-- Opening Marker --

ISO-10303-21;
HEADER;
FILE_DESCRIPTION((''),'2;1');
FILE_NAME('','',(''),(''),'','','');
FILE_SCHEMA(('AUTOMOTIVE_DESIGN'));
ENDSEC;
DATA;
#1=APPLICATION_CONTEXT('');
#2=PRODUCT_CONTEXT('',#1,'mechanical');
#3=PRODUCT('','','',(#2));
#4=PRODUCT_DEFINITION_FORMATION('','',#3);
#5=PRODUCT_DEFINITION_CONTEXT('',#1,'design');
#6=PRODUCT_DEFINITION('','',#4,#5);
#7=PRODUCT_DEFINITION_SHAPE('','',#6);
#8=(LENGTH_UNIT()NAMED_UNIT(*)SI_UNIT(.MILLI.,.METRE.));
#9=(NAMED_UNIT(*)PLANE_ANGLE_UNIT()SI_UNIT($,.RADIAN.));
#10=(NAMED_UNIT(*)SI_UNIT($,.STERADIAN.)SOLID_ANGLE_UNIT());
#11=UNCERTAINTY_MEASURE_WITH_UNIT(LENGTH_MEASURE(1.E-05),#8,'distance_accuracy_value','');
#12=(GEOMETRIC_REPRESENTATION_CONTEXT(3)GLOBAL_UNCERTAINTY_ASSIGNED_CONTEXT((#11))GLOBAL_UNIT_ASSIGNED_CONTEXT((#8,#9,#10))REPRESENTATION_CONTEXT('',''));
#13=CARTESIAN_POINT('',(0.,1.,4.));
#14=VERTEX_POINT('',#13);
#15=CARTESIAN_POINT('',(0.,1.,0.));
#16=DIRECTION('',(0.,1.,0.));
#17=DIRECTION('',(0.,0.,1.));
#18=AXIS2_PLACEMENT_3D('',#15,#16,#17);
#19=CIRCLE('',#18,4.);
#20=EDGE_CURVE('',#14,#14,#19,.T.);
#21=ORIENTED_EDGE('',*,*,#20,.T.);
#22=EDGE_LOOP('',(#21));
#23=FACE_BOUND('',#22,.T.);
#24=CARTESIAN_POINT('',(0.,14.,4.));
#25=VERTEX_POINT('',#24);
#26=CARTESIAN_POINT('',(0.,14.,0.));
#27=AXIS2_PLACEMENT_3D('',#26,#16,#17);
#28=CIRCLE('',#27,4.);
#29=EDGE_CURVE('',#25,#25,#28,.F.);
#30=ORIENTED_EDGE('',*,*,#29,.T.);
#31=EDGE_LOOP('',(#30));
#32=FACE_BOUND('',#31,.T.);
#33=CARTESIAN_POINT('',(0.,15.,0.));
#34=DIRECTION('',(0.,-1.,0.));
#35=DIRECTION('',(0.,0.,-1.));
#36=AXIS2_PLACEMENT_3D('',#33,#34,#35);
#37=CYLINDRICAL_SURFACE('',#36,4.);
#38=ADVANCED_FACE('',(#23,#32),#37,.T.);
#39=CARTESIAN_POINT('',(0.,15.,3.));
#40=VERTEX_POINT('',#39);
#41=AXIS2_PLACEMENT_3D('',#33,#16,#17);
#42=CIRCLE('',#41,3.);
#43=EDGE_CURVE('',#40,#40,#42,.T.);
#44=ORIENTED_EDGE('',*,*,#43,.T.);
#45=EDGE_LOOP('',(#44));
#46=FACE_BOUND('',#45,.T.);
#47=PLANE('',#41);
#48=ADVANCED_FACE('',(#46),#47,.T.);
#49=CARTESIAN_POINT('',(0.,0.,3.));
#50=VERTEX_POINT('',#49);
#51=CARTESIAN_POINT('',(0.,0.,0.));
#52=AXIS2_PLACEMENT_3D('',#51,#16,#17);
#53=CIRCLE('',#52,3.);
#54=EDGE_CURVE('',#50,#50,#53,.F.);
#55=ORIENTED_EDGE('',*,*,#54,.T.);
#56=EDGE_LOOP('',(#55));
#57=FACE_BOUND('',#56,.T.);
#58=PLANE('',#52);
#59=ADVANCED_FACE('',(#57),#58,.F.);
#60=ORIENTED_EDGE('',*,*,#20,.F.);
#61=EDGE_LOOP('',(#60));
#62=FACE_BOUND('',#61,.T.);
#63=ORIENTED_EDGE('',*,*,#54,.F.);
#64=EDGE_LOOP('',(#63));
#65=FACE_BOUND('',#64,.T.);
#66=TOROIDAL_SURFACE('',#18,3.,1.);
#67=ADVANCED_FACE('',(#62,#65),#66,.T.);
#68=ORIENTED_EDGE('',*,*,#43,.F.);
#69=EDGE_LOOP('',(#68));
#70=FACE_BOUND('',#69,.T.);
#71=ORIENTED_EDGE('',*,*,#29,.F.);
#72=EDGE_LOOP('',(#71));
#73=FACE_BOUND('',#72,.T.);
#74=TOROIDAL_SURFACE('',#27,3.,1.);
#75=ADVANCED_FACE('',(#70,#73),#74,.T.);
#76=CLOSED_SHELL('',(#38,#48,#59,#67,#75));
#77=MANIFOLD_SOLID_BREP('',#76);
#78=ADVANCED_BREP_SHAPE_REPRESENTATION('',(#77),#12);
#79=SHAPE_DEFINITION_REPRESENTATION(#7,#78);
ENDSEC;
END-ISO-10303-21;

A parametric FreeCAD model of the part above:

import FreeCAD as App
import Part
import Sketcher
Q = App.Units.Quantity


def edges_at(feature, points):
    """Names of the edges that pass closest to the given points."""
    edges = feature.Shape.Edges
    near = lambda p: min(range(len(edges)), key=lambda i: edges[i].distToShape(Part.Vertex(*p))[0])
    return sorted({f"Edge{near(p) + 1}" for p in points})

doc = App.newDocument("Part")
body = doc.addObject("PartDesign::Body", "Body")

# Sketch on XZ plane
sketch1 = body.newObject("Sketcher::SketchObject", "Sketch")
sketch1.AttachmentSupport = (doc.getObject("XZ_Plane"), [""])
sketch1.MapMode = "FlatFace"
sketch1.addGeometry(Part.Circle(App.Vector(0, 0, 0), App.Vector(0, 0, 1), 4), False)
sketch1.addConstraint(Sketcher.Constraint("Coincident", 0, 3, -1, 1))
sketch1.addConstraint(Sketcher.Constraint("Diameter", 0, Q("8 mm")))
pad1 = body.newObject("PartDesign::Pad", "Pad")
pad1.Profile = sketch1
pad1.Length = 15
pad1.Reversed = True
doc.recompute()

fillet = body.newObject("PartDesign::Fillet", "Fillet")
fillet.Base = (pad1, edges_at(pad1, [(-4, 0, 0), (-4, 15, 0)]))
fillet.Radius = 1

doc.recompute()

-- Closing Marker --
-- Opening Marker --

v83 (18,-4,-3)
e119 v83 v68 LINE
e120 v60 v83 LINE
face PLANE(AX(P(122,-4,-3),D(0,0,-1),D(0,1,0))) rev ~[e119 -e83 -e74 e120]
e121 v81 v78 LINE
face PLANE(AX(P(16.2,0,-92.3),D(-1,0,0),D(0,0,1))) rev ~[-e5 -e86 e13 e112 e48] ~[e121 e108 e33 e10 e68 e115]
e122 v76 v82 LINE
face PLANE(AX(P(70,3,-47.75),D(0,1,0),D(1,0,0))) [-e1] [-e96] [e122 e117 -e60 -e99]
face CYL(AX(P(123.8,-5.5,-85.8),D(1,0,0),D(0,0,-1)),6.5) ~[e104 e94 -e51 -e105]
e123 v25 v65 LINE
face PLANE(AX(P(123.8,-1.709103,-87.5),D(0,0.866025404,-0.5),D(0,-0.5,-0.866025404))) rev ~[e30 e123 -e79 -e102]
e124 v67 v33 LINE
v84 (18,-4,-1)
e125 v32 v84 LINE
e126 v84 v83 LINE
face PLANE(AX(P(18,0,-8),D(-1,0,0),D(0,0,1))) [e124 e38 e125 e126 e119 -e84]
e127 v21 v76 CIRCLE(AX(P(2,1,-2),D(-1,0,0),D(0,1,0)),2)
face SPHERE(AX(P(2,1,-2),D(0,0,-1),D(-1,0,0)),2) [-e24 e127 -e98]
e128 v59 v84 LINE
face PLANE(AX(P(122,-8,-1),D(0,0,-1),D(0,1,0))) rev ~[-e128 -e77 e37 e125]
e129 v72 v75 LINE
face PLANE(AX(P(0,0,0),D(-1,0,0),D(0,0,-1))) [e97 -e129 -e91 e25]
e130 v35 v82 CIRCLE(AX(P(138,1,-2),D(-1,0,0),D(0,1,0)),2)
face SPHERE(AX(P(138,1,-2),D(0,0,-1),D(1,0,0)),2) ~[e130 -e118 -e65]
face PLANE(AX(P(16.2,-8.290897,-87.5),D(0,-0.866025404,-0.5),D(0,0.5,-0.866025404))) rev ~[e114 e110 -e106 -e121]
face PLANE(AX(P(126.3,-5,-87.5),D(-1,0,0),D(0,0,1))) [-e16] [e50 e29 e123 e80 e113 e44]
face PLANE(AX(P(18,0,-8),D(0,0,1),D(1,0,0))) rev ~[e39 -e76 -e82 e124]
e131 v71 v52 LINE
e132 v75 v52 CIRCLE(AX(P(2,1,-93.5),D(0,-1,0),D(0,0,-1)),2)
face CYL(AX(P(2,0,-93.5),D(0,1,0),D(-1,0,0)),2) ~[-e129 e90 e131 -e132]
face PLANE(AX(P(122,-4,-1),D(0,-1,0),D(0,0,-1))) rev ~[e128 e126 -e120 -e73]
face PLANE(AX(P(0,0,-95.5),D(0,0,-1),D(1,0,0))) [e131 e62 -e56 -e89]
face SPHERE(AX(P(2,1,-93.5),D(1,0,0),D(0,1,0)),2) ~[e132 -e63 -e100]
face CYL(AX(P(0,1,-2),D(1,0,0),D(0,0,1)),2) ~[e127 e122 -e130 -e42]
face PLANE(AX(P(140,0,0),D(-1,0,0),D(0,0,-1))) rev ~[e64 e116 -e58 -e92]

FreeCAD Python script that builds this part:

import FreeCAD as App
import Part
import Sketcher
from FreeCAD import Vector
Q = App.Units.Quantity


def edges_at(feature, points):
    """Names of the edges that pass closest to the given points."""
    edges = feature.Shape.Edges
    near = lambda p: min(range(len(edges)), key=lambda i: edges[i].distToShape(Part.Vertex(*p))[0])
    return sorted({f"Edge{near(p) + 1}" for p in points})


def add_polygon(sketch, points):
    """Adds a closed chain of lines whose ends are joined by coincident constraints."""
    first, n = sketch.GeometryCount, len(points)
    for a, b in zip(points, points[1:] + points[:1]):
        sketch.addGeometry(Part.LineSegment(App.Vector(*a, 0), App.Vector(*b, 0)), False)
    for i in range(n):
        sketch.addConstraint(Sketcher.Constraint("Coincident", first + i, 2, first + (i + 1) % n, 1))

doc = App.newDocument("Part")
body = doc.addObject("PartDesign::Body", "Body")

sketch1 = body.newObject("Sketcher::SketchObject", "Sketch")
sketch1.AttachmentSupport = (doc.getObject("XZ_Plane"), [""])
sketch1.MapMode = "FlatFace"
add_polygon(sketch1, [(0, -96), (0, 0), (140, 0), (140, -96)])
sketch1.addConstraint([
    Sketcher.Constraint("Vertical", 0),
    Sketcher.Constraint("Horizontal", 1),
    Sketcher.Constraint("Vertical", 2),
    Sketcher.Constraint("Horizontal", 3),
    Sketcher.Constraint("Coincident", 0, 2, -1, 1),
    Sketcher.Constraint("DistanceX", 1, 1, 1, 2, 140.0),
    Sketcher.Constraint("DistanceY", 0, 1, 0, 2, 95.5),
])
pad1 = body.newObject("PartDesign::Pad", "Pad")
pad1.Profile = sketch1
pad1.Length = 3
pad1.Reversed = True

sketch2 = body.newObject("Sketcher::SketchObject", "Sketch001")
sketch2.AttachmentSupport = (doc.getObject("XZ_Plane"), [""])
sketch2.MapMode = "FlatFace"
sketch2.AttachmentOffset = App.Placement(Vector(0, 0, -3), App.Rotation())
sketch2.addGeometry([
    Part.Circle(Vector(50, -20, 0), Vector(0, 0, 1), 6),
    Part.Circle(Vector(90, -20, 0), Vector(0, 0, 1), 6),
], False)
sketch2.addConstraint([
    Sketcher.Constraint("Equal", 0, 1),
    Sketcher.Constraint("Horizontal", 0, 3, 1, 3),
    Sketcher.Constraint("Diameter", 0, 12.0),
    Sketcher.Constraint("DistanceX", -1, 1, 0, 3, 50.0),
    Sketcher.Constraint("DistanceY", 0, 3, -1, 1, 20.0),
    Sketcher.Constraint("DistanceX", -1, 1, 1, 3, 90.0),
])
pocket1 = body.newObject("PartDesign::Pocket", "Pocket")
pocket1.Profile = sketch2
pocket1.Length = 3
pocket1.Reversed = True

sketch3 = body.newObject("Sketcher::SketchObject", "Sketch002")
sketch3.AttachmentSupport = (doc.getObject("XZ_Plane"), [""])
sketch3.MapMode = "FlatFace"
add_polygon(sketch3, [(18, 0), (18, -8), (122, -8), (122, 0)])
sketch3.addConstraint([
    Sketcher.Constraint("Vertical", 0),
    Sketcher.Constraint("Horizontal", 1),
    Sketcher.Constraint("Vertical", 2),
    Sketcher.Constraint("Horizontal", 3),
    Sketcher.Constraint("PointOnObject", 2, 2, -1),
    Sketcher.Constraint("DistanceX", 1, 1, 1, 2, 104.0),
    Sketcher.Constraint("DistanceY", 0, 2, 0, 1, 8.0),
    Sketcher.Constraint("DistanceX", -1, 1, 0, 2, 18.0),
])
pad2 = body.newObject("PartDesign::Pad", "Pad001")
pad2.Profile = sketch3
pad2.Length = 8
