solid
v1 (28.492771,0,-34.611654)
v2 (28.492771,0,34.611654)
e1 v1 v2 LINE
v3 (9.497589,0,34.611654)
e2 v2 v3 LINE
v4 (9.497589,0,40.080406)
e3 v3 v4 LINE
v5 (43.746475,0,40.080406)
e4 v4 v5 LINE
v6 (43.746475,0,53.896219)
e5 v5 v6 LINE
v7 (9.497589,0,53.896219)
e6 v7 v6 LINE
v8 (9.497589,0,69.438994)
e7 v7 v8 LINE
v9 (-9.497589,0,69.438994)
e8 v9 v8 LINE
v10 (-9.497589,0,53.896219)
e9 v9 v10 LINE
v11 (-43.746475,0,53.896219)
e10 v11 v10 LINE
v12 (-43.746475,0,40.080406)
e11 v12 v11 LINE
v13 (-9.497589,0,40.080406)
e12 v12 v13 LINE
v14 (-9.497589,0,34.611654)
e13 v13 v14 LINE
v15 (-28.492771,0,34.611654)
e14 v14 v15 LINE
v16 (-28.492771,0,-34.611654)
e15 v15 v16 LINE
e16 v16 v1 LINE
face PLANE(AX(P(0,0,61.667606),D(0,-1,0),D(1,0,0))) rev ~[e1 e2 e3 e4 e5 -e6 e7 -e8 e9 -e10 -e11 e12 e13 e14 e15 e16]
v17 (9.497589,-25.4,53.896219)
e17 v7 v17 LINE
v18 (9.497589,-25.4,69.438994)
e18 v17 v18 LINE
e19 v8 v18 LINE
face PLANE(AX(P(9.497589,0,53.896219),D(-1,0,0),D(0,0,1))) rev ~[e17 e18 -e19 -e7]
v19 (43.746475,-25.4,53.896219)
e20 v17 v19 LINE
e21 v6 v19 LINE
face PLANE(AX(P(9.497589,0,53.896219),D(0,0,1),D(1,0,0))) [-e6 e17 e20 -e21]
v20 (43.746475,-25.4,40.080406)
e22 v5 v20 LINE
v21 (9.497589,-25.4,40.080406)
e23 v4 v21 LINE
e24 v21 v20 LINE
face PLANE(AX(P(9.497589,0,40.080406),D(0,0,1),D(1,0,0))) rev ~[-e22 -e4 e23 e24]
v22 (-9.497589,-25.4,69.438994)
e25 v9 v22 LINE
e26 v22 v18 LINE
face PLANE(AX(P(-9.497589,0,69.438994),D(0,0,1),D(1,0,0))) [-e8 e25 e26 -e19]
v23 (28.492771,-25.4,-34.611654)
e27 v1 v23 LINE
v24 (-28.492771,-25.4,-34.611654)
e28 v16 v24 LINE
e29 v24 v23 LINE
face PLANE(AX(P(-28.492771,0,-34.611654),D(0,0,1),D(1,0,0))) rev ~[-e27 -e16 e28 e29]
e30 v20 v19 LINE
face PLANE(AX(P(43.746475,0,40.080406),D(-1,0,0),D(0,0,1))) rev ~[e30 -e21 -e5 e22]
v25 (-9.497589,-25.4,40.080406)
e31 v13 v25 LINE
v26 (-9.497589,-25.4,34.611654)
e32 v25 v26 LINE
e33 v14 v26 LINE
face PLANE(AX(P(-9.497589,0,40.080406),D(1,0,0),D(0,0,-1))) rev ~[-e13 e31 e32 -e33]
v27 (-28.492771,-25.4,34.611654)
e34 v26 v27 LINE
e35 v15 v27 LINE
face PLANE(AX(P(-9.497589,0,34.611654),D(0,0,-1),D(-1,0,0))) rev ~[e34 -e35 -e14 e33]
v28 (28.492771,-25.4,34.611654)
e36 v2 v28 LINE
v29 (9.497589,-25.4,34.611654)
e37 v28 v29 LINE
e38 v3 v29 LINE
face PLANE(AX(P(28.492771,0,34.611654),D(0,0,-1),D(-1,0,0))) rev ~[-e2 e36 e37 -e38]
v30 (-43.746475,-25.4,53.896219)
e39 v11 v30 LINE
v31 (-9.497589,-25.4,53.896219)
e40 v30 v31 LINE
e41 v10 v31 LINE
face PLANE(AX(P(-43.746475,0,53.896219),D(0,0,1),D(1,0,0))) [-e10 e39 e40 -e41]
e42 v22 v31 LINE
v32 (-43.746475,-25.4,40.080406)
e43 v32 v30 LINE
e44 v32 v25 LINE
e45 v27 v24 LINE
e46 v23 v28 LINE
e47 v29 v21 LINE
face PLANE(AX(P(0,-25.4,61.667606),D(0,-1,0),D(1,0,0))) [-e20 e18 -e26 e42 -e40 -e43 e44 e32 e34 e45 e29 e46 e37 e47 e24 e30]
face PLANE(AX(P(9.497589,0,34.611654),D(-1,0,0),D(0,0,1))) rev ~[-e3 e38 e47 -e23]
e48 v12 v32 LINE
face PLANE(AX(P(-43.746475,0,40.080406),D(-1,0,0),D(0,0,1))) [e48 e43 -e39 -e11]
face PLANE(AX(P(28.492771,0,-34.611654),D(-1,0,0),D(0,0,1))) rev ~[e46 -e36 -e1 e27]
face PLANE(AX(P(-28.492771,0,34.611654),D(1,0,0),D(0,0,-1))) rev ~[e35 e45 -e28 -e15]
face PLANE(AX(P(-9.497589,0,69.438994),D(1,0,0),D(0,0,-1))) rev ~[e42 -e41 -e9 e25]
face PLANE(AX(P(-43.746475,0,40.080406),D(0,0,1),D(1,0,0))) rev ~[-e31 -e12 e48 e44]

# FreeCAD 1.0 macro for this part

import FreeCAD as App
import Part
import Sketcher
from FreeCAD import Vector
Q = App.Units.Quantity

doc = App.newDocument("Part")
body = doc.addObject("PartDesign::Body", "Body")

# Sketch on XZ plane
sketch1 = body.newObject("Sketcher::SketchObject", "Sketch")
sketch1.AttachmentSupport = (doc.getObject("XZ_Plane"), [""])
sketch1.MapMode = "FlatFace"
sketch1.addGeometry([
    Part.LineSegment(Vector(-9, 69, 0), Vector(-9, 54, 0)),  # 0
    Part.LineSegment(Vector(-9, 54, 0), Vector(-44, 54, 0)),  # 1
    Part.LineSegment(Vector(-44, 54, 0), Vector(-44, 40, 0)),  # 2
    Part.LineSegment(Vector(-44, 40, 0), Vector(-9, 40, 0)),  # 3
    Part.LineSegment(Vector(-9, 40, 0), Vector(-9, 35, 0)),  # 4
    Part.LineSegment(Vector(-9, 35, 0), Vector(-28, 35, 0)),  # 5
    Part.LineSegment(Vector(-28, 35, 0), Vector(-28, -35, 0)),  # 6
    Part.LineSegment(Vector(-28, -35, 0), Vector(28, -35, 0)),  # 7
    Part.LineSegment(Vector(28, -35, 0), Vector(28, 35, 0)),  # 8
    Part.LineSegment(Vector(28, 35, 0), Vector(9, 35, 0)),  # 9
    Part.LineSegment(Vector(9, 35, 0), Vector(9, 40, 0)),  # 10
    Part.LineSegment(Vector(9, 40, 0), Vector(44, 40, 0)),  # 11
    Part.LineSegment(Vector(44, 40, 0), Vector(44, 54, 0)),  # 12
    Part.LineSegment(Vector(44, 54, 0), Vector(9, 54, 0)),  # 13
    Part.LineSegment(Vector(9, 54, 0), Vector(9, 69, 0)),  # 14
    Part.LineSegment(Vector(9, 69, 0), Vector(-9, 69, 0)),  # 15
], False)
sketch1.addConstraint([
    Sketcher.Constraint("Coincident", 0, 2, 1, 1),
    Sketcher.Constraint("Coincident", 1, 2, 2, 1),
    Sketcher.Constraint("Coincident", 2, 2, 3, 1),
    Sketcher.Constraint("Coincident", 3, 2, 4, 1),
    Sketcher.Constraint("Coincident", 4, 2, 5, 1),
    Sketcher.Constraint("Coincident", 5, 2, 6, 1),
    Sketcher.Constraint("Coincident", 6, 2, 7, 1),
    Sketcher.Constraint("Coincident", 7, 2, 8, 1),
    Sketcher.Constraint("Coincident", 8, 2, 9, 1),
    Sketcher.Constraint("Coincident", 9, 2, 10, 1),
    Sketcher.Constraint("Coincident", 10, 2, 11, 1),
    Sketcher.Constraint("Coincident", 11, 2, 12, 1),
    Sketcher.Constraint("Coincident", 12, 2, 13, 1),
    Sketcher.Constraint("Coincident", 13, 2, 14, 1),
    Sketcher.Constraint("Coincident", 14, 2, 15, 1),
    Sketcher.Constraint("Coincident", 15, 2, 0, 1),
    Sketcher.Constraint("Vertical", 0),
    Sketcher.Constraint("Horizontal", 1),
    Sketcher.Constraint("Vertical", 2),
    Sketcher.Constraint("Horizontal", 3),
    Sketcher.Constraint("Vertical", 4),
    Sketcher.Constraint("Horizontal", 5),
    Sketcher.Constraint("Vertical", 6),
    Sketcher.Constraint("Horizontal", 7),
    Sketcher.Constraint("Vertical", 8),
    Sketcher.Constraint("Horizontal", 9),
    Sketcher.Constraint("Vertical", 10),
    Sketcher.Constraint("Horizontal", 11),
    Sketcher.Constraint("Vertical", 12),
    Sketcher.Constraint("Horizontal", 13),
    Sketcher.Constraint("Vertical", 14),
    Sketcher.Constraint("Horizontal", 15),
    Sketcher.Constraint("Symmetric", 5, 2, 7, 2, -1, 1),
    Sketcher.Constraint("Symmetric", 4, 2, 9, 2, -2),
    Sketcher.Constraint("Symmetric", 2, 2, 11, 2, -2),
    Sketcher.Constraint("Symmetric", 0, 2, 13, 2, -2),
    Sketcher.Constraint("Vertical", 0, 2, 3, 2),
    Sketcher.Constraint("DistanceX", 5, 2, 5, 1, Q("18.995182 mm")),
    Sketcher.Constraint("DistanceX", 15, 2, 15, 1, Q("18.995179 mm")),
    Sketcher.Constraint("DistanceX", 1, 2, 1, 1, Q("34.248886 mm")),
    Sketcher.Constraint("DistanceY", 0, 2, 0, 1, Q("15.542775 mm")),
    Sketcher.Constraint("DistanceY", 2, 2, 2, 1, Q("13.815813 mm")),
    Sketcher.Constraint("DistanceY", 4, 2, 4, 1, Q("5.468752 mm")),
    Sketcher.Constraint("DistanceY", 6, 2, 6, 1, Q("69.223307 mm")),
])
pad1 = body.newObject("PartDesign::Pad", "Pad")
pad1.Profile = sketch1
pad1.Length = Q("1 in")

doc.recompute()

-- Closing Marker --

Task item
What you return should be exactly the lines above, starting at the one with "#23=FACE_BOUND('',#22,.T.);" and ending at the one with "A parametric FreeCAD", and nothing else.

Output of the exercise
#23=FACE_BOUND('',#22,.T.);
#24=CARTESIAN_POINT('',(0.,14.,4.));
#25=VERTEX_POINT('',#24);
#26=CARTESIAN_POINT('',(0.,14.,0.));
#27=AXIS2_PLACEMENT_3D('',#26,#16,#17);
#28=CIRCLE('',#27,4.);
#29=EDGE_CURVE('',#25,#25,#28,.F.);
#30=ORIENTED_EDGE('',*,*,#29,.T.);
#31=EDGE_LOOP('',(#30));
#32=FACE_BOUND('',#31,.T.);
#33=CARTESIAN_POINT('',(0.,15.,0.));
#34=DIRECTION('',(0.,-1.,0.));
#35=DIRECTION('',(0.,0.,-1.));
#36=AXIS2_PLACEMENT_3D('',#33,#34,#35);
#37=CYLINDRICAL_SURFACE('',#36,4.);
#38=ADVANCED_FACE('',(#23,#32),#37,.T.);
#39=CARTESIAN_POINT('',(0.,15.,3.));
#40=VERTEX_POINT('',#39);
#41=AXIS2_PLACEMENT_3D('',#33,#16,#17);
#42=CIRCLE('',#41,3.);
#43=EDGE_CURVE('',#40,#40,#42,.T.);
#44=ORIENTED_EDGE('',*,*,#43,.T.);
#45=EDGE_LOOP('',(#44));
#46=FACE_BOUND('',#45,.T.);
#47=PLANE('',#41);
#48=ADVANCED_FACE('',(#46),#47,.T.);
#49=CARTESIAN_POINT('',(0.,0.,3.));
#50=VERTEX_POINT('',#49);
#51=CARTESIAN_POINT('',(0.,0.,0.));
#52=AXIS2_PLACEMENT_3D('',#51,#16,#17);
#53=CIRCLE('',#52,3.);
#54=EDGE_CURVE('',#50,#50,#53,.F.);
#55=ORIENTED_EDGE('',*,*,#54,.T.);
#56=EDGE_LOOP('',(#55));
#57=FACE_BOUND('',#56,.T.);
#58=PLANE('',#52);
#59=ADVANCED_FACE('',(#57),#58,.F.);
#60=ORIENTED_EDGE('',*,*,#20,.F.);
#61=EDGE_LOOP('',(#60));
#62=FACE_BOUND('',#61,.T.);
#63=ORIENTED_EDGE('',*,*,#54,.F.);
#64=EDGE_LOOP('',(#63));
#65=FACE_BOUND('',#64,.T.);
#66=TOROIDAL_SURFACE('',#18,3.,1.);
#67=ADVANCED_FACE('',(#62,#65),#66,.T.);
#68=ORIENTED_EDGE('',*,*,#43,.F.);
#69=EDGE_LOOP('',(#68));
#70=FACE_BOUND('',#69,.T.);
#71=ORIENTED_EDGE('',*,*,#29,.F.);
#72=EDGE_LOOP('',(#71));
#73=FACE_BOUND('',#72,.T.);
#74=TOROIDAL_SURFACE('',#27,3.,1.);
#75=ADVANCED_FACE('',(#70,#73),#74,.T.);
#76=CLOSED_SHELL('',(#38,#48,#59,#67,#75));
#77=MANIFOLD_SOLID_BREP('',#76);
#78=ADVANCED_BREP_SHAPE_REPRESENTATION('',(#77),#12);
#79=SHAPE_DEFINITION_REPRESENTATION(#7,#78);
ENDSEC;
END-ISO-10303-21;

A parametric FreeCAD model of the part above:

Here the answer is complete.